Robert Everett Johnson, an attorney at the Institute for Justice, sharply criticized the new directive in a Politico piece in July.
“By reauthorizing adoptive seizures, the attorney general’s policy will allow state police to circumvent protections for property rights put in place by state legislatures,” he wrote. “Worse, because proceeds from the sale go to state law enforcement, the federal government actually pays state police to circumvent their own law. It’s practically an open invitation to corruption and abuse.”
AN EFFORT TO ROLL BACK REFORMS
The Institute for Justice found that Maine law enforcement agencies participated sparingly in the DOJ’s sharing program. Between 2000 and 2013, law enforcement agencies received nearly $5.8 million in DOJ equitable sharing proceeds – only about $400,000 per calendar year. Only four states received less.
“We have some good laws in place right now that sets us apart from some other states,” said Brakey, the state senator and now U.S. Senate candidate.
Brakey sponsored a bill this past session that would have required the owner of a property to be convicted of a crime before that property could be forfeited. It also would have prohibited state or local agencies from referring or transferring property to a federal agency. The bill failed.
Brakey said the lack of support for his bill doesn’t give him confidence that trying again next session makes sense. But if the new DOJ directive leads to more potential abuse, he would reconsider.
Other than reopening a revenue stream, it’s not clear why the Justice Department chose to make the policy change. Both Republicans and Democrats have called for asset forfeiture reform and a poll conducted last year by the libertarian-leaning Cato Institute found that 84 percent of Americans oppose the practice.
It’s too early to tell whether the assets seized this spring in Portland will result in criminal charges for any or all of the people involved. No one connected to the four people whose assets were seized has been willing to talk.
In other cases elsewhere, though, even family members or associates can get caught up in forfeitures unwittingly.
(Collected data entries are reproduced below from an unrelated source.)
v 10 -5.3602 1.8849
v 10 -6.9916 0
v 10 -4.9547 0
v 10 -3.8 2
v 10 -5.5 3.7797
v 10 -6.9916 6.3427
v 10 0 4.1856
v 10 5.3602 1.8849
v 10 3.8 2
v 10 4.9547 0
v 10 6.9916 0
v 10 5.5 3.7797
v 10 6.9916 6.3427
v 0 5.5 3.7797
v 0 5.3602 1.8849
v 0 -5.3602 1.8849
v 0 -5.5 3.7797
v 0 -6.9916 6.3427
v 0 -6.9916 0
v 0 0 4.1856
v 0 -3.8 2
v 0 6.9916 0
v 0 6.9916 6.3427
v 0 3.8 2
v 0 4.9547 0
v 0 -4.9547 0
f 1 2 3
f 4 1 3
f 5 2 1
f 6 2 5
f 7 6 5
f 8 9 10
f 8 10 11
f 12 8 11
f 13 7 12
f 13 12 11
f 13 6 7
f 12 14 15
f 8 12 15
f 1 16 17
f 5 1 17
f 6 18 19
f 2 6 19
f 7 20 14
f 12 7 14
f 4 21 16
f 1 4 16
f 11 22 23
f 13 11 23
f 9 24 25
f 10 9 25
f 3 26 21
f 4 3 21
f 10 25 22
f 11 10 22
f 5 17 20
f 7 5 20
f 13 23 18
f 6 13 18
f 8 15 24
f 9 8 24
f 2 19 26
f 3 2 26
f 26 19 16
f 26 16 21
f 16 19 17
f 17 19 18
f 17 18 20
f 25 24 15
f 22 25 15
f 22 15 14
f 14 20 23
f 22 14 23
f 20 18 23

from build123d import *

# Parameters (mm, degrees)
F2_DEPTH = 10


with BuildPart() as f2:
    # F1 (on Right) → F2 (new body)
    with BuildSketch(Plane.YZ):
        Polygon((-4.9547005384, 0), (-3.8, 2), (-5.3601791831, 1.8848744112), (-5.5, 3.7797227268), (0, 4.18556761), (0, 6), (-6.9916076098, 6), (-6.9916076098, 0), align=None)
        Polygon((-6.9916076098, 6.3426704399), (-6.9916076098, 6), (0, 6.3426704399), align=None)
        Polygon((0, 6.3426704399), (-6.9916076098, 6), (0, 6), align=None)
        Polygon((0, 6), (0, 4.18556761), (5.5, 3.7797227268), (5.3601791831, 1.8848744112), (3.8, 2), (4.9547005384, 0), (6.9916076098, 0), (6.9916076098, 6), align=None)
        Polygon((6.9916076098, 6), (0, 6.3426704399), (0, 6), align=None)
        Polygon((6.9916076098, 6.3426704399), (0, 6.3426704399), (6.9916076098, 6), align=None)
    extrude(amount=F2_DEPTH)


solid = f2.part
In 2016, Terry and Ria Platt of Washington had their car seized after their adult son was pulled over while driving it. Police found cash and a small amount of marijuana. Acting on the belief that the son may be involved in drug dealing, police seized the car, even though it didn’t belong to him. The Platts had to go to court at their own expense to get their car back.
“It’s incredibly painful for people,” said Bly, the defense attorney. “Let’s say they seize $5,000 but then it costs you $3,500 just to get it back. That’s how it happens.”
Additionally, to get property back, people have to prove their innocence – the opposite of how jurisprudence is supposed to work in the U.S.
A study of highway stops on Interstate 40 in Tennessee compared seizures on the highway’s eastbound lanes (where cars are more likely to carry drugs coming in from Mexico) with seizures on the westbound lanes (where cars are more likely to carry cash). The study found that officers made 10 times as many stops on the westbound lanes. Given the choice between stopping drug sales or confiscating money, law enforcement chose the money.
Brakey noted that study too and said he was curious to see the breakdown in seizures on northbound vs. southbound stops on I-95.
Although law enforcement agencies are required by Maine law to maintain an inventory of what they seize and forfeit, those reports do not need to be given to any centralized authority and do not need to be published online. There is no simple way to find out how often it occurs.
Heiden said the Justice Department’s shift on civil forfeiture comes at a time when such policies had been moving in the opposite direction.
“There is a broader effort to roll back some of these things,” he said, “whether it’s voting rights or re-engaging on the failed and racist war on drugs.”